# Work request
Every line from the one with "f 201 26 21" to the one with "f 236 231 91", including those two, is to be copied exactly; all other lines of the entries below are left out.

[Data items]
————————
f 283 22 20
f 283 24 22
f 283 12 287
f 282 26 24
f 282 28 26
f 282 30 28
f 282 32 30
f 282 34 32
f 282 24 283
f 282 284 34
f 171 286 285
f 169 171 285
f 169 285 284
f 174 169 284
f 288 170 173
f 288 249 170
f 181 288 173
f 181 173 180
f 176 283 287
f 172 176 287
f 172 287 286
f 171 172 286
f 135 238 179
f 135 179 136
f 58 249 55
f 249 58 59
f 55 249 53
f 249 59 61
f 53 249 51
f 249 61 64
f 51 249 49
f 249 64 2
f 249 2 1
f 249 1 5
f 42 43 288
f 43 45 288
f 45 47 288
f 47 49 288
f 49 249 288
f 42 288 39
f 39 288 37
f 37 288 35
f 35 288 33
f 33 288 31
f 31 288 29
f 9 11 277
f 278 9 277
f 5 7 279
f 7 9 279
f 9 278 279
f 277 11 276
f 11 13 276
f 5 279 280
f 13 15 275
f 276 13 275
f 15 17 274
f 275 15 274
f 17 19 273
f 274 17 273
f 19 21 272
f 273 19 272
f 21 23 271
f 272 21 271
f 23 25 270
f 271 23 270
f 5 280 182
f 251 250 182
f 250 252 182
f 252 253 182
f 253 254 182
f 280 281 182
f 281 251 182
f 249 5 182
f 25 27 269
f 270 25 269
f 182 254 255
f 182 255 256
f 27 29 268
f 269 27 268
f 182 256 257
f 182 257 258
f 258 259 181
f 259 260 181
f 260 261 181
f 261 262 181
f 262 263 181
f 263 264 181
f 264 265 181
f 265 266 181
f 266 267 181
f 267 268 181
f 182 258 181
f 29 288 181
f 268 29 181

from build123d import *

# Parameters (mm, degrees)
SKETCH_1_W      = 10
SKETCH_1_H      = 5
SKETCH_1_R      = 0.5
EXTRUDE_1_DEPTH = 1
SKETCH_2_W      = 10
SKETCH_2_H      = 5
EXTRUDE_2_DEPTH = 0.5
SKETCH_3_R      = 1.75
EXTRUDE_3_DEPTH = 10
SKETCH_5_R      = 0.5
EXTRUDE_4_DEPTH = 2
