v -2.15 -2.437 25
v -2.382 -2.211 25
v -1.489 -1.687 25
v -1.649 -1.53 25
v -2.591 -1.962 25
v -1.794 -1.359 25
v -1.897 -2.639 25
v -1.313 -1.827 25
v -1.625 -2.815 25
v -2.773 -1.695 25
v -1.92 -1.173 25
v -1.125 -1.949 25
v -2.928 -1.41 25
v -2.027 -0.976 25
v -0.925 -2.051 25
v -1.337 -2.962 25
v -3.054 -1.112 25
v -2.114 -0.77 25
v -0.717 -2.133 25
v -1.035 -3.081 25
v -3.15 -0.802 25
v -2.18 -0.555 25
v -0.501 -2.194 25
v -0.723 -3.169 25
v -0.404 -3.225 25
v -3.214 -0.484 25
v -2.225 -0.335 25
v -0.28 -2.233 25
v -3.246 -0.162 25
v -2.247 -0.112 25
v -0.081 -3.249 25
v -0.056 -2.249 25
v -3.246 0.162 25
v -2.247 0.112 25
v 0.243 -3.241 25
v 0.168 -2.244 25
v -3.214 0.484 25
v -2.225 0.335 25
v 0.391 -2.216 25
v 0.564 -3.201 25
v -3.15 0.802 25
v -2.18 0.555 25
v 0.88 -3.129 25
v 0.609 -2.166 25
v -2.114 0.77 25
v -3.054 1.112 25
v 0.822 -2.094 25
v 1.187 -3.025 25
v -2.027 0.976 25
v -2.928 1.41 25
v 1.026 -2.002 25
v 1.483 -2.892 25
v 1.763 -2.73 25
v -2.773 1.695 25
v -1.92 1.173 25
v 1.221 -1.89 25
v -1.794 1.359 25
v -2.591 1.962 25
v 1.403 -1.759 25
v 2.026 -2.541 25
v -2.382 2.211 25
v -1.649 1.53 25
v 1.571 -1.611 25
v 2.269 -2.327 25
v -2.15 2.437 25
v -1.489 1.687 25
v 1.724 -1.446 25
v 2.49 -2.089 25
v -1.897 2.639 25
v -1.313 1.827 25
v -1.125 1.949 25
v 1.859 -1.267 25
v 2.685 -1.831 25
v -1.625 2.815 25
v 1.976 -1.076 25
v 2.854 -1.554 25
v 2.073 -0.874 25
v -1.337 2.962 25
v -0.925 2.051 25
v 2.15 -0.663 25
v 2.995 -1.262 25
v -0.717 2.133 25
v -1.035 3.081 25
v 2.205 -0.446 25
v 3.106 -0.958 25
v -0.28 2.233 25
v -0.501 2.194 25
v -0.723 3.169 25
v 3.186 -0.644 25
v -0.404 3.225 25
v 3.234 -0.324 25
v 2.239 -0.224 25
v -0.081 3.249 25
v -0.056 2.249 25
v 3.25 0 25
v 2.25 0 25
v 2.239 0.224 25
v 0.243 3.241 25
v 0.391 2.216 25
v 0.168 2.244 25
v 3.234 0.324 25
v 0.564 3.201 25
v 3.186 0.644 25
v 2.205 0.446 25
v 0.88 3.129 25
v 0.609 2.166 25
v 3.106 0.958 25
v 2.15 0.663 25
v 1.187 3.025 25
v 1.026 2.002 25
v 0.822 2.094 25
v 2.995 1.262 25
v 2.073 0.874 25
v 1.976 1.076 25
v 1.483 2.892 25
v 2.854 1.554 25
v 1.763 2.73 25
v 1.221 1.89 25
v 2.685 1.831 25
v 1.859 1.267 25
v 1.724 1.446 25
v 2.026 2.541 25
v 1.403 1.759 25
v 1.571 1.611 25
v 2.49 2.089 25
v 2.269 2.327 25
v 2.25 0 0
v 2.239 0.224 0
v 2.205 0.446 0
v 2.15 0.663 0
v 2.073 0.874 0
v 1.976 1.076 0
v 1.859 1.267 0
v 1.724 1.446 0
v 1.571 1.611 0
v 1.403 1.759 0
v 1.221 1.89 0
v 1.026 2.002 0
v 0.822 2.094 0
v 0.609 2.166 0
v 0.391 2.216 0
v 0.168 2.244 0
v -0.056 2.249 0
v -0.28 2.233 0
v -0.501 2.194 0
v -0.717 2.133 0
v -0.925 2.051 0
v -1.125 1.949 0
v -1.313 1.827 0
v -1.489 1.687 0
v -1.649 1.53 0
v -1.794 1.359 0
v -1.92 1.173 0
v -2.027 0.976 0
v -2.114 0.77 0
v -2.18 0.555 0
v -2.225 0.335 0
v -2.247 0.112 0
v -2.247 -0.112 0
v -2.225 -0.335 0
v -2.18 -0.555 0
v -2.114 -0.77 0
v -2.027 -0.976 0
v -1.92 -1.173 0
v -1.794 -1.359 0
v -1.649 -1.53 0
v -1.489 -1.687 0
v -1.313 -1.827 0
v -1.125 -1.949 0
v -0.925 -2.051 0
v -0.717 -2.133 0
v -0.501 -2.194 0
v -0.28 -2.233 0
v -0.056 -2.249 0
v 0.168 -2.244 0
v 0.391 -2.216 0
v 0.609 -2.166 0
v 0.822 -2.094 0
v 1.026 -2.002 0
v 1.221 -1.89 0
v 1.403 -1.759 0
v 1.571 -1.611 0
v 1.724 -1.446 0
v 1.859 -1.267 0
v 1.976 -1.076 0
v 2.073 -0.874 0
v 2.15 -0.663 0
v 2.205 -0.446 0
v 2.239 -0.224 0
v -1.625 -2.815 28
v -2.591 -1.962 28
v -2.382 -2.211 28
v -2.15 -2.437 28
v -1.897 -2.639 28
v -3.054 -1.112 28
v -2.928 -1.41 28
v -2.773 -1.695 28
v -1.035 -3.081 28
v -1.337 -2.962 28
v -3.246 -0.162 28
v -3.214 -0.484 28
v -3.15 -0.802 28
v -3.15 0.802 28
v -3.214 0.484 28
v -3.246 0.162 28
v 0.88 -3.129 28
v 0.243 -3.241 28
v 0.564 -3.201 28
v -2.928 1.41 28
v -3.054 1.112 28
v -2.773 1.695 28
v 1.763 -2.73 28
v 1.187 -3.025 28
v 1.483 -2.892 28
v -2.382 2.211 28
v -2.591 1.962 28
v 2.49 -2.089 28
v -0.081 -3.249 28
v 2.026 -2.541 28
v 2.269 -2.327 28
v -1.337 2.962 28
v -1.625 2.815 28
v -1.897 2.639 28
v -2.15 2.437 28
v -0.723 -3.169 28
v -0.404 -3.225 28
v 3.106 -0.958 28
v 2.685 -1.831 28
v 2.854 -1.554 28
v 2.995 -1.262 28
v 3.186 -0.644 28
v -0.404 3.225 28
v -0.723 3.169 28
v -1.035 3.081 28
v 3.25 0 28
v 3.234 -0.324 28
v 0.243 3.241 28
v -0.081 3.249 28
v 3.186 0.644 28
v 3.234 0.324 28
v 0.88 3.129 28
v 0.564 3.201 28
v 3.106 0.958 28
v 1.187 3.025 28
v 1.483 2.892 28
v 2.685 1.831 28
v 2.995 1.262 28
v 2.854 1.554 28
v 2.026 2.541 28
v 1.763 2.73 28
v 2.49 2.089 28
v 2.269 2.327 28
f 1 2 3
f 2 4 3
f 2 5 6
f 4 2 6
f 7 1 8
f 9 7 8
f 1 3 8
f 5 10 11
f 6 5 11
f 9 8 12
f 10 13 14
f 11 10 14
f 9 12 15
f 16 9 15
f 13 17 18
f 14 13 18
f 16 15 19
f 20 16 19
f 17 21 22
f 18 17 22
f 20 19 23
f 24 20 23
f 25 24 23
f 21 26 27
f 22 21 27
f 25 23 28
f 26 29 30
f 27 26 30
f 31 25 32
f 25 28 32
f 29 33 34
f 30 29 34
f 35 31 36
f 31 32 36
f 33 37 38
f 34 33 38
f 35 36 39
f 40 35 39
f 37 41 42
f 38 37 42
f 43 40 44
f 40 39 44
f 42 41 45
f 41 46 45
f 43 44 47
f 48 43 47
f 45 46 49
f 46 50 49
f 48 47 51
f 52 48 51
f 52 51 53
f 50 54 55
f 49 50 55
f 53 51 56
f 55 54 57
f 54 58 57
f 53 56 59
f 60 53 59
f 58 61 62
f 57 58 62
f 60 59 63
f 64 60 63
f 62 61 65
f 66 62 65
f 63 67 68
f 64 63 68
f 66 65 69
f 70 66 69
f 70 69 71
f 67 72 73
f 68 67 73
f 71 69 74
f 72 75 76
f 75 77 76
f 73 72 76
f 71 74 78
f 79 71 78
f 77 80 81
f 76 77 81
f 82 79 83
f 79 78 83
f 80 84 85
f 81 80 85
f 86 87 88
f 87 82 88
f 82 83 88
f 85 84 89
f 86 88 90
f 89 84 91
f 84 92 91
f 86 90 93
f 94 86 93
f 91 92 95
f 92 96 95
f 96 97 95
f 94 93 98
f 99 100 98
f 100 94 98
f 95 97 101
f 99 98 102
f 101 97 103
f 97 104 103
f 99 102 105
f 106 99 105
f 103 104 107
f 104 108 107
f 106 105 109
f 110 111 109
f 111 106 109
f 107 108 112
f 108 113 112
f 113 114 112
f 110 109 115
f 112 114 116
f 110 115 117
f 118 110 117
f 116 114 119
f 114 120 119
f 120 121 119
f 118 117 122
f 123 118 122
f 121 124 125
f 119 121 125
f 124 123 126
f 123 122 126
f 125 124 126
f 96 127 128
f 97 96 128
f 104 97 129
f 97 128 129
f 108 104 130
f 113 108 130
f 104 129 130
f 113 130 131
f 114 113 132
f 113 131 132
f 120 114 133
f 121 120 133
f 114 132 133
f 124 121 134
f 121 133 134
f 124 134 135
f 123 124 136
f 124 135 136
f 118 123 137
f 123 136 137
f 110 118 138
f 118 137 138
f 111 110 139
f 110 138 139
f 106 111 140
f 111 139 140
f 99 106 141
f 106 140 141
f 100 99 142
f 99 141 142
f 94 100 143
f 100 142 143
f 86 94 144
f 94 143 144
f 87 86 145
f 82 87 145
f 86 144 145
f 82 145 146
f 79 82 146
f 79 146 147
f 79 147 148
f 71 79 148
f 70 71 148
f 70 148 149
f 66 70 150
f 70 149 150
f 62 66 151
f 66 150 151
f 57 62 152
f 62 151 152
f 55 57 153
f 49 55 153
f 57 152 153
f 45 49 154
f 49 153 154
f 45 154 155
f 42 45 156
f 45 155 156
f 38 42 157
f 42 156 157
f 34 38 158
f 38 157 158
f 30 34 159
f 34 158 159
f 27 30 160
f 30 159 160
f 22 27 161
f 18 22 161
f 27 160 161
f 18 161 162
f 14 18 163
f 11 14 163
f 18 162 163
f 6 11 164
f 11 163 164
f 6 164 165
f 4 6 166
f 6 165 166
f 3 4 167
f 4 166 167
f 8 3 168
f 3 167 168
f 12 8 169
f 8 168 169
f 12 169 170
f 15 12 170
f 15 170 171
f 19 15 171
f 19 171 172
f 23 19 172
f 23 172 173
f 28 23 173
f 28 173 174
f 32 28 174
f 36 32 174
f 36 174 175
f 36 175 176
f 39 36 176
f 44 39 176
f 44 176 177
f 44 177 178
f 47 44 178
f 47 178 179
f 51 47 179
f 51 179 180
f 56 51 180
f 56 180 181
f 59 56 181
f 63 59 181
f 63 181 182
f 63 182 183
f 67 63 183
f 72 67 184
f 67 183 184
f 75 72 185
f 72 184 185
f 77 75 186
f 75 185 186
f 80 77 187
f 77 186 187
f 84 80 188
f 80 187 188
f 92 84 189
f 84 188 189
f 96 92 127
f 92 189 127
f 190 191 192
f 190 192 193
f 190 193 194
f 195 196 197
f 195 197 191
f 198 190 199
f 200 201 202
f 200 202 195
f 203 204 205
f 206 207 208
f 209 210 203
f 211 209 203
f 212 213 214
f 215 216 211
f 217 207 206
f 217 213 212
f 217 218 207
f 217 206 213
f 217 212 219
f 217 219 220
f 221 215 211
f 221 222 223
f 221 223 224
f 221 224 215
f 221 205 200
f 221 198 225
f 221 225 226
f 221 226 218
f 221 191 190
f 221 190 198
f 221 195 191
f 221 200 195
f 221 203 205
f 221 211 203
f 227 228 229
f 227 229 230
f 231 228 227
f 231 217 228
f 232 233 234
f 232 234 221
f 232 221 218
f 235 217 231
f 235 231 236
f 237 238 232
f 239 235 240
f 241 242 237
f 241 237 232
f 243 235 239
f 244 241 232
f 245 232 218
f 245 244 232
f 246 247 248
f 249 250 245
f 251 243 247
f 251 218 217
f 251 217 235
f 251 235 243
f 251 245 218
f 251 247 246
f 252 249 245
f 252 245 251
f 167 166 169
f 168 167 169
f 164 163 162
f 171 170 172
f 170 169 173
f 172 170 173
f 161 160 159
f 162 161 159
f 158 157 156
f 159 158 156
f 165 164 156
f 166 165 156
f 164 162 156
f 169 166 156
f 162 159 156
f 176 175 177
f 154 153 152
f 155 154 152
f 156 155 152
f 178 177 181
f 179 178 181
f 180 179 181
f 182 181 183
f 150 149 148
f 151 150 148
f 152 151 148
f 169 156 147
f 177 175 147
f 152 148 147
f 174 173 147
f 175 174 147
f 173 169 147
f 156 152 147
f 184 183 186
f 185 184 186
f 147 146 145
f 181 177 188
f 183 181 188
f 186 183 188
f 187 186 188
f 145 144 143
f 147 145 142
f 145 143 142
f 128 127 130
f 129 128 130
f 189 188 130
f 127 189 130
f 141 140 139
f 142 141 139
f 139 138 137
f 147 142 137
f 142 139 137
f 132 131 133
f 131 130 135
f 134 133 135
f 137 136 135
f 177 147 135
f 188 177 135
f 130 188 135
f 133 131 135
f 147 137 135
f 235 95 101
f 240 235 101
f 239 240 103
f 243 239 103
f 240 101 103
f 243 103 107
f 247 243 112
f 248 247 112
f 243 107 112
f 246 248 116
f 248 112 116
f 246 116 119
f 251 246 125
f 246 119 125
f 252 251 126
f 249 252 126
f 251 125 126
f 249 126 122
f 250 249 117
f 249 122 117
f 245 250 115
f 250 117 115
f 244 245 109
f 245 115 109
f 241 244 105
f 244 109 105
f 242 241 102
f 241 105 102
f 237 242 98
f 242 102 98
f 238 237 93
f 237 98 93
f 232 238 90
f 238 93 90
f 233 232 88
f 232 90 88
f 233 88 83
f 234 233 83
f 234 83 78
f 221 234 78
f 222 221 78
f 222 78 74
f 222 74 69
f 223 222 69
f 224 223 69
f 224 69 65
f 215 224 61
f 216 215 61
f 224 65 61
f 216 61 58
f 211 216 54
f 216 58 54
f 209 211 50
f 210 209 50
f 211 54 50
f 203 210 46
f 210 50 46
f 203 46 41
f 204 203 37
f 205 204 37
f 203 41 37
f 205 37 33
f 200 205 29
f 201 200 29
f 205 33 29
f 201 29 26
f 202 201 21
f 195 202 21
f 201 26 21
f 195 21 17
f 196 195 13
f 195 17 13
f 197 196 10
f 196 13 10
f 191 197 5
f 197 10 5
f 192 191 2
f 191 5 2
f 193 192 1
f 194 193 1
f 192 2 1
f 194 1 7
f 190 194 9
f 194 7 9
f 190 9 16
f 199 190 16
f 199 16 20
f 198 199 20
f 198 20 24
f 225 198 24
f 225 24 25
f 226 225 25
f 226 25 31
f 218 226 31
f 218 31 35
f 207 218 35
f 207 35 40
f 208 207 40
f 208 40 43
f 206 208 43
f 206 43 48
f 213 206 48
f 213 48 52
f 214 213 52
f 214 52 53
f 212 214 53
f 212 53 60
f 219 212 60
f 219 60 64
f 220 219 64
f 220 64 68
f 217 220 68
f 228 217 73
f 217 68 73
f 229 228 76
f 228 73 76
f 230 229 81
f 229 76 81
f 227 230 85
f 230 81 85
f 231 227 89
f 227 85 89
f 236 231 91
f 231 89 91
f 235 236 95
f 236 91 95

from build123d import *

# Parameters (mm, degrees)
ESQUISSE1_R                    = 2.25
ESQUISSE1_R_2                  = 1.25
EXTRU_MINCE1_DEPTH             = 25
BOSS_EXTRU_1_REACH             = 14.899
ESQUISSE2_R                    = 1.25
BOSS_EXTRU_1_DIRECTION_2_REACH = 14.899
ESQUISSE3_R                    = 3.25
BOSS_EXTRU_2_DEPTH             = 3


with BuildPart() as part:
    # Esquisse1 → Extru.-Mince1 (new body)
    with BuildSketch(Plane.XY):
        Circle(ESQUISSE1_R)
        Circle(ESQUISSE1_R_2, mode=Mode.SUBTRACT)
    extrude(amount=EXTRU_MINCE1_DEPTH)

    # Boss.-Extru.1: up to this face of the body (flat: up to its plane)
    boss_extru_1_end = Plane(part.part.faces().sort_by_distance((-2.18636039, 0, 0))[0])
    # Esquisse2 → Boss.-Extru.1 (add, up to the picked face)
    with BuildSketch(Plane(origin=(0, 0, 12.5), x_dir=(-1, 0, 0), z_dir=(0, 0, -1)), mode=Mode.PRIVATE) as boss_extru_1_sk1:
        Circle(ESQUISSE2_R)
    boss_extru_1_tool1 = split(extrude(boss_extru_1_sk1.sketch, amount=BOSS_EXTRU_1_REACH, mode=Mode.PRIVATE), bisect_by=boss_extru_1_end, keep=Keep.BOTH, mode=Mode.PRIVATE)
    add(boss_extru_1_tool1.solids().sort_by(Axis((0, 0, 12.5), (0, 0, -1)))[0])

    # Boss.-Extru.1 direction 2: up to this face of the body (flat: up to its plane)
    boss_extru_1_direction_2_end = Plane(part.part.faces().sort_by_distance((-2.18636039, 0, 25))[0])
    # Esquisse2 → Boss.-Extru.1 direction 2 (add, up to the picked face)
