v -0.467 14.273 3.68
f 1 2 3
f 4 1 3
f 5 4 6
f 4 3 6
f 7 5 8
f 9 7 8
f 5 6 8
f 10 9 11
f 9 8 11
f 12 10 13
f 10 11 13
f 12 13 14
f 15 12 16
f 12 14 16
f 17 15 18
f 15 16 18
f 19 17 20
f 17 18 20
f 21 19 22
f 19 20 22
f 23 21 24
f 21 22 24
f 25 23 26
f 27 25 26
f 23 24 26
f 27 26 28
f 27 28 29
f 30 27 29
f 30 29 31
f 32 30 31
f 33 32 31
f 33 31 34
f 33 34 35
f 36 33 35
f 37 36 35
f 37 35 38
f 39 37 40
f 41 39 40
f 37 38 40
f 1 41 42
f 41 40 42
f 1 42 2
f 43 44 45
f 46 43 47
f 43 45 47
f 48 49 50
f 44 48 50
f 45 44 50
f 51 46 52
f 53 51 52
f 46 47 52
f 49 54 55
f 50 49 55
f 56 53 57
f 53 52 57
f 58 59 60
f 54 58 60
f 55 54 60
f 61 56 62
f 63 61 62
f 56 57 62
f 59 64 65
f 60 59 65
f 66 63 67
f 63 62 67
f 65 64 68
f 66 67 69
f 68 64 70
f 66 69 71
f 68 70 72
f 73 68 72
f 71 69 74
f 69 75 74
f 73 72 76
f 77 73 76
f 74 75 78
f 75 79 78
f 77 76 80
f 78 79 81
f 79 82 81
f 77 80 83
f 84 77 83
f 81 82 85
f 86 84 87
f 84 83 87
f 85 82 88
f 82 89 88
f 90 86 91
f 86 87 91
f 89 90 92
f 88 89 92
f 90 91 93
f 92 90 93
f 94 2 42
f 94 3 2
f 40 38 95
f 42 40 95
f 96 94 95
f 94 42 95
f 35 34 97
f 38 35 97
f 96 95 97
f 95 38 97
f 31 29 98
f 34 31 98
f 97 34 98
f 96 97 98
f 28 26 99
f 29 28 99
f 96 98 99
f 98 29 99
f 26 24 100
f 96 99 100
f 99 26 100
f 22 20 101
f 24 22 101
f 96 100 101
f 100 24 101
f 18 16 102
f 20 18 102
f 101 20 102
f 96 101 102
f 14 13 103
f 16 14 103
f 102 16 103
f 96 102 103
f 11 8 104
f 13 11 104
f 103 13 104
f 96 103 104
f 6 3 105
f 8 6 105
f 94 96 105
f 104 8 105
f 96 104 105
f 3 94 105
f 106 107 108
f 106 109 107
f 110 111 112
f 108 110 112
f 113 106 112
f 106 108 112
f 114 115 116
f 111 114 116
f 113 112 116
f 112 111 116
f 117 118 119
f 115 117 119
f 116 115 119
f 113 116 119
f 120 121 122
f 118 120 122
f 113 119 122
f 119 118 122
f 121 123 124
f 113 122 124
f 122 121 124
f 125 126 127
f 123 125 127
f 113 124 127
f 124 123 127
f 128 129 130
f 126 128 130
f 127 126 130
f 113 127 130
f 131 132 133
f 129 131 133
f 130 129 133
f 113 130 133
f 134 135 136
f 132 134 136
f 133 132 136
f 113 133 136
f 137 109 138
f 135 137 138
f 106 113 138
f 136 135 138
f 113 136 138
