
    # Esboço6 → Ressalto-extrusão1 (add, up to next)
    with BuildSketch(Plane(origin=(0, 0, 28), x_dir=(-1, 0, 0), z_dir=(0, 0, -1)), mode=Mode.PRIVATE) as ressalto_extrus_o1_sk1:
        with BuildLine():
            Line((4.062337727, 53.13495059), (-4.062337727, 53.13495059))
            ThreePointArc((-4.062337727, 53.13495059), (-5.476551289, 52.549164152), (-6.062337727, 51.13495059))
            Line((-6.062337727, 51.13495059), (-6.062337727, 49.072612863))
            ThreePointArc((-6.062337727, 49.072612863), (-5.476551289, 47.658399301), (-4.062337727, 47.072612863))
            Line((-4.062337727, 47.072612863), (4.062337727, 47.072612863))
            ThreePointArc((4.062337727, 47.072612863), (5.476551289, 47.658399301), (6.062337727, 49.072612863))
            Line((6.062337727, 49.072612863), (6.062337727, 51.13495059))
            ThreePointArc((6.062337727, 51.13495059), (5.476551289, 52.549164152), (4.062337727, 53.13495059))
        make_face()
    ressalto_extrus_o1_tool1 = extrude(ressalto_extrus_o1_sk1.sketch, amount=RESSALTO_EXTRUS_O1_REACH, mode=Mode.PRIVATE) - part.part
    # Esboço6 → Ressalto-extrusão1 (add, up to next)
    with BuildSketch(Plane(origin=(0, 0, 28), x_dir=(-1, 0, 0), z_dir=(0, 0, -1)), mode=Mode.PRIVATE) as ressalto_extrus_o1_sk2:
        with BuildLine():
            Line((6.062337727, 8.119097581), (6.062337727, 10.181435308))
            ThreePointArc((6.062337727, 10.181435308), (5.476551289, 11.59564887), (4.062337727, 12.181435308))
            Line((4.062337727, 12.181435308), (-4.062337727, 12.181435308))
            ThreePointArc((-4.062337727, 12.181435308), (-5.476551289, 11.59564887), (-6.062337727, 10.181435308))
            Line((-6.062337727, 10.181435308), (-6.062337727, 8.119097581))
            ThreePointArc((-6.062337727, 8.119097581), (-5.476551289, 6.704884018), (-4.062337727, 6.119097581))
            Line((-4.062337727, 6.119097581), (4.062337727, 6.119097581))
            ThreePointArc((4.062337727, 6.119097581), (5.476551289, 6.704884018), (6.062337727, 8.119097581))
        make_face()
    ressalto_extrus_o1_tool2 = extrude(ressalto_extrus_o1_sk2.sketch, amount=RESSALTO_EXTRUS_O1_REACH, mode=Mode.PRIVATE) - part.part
————————
# Exercise solution
f 201 26 21
f 195 21 17
f 196 195 13
f 195 17 13
f 197 196 10
f 196 13 10
f 191 197 5
f 197 10 5
f 192 191 2
f 191 5 2
f 193 192 1
f 194 193 1
f 192 2 1
f 194 1 7
f 190 194 9
f 194 7 9
f 190 9 16
f 199 190 16
f 199 16 20
f 198 199 20
f 198 20 24
f 225 198 24
f 225 24 25
f 226 225 25
f 226 25 31
f 218 226 31
f 218 31 35
f 207 218 35
f 207 35 40
f 208 207 40
f 208 40 43
f 206 208 43
f 206 43 48
f 213 206 48
f 213 48 52
f 214 213 52
f 214 52 53
f 212 214 53
f 212 53 60
f 219 212 60
f 219 60 64
f 220 219 64
f 220 64 68
f 217 220 68
f 228 217 73
f 217 68 73
f 229 228 76
f 228 73 76
f 230 229 81
f 229 76 81
f 227 230 85
f 230 81 85
f 231 227 89
f 227 85 89
f 236 231 91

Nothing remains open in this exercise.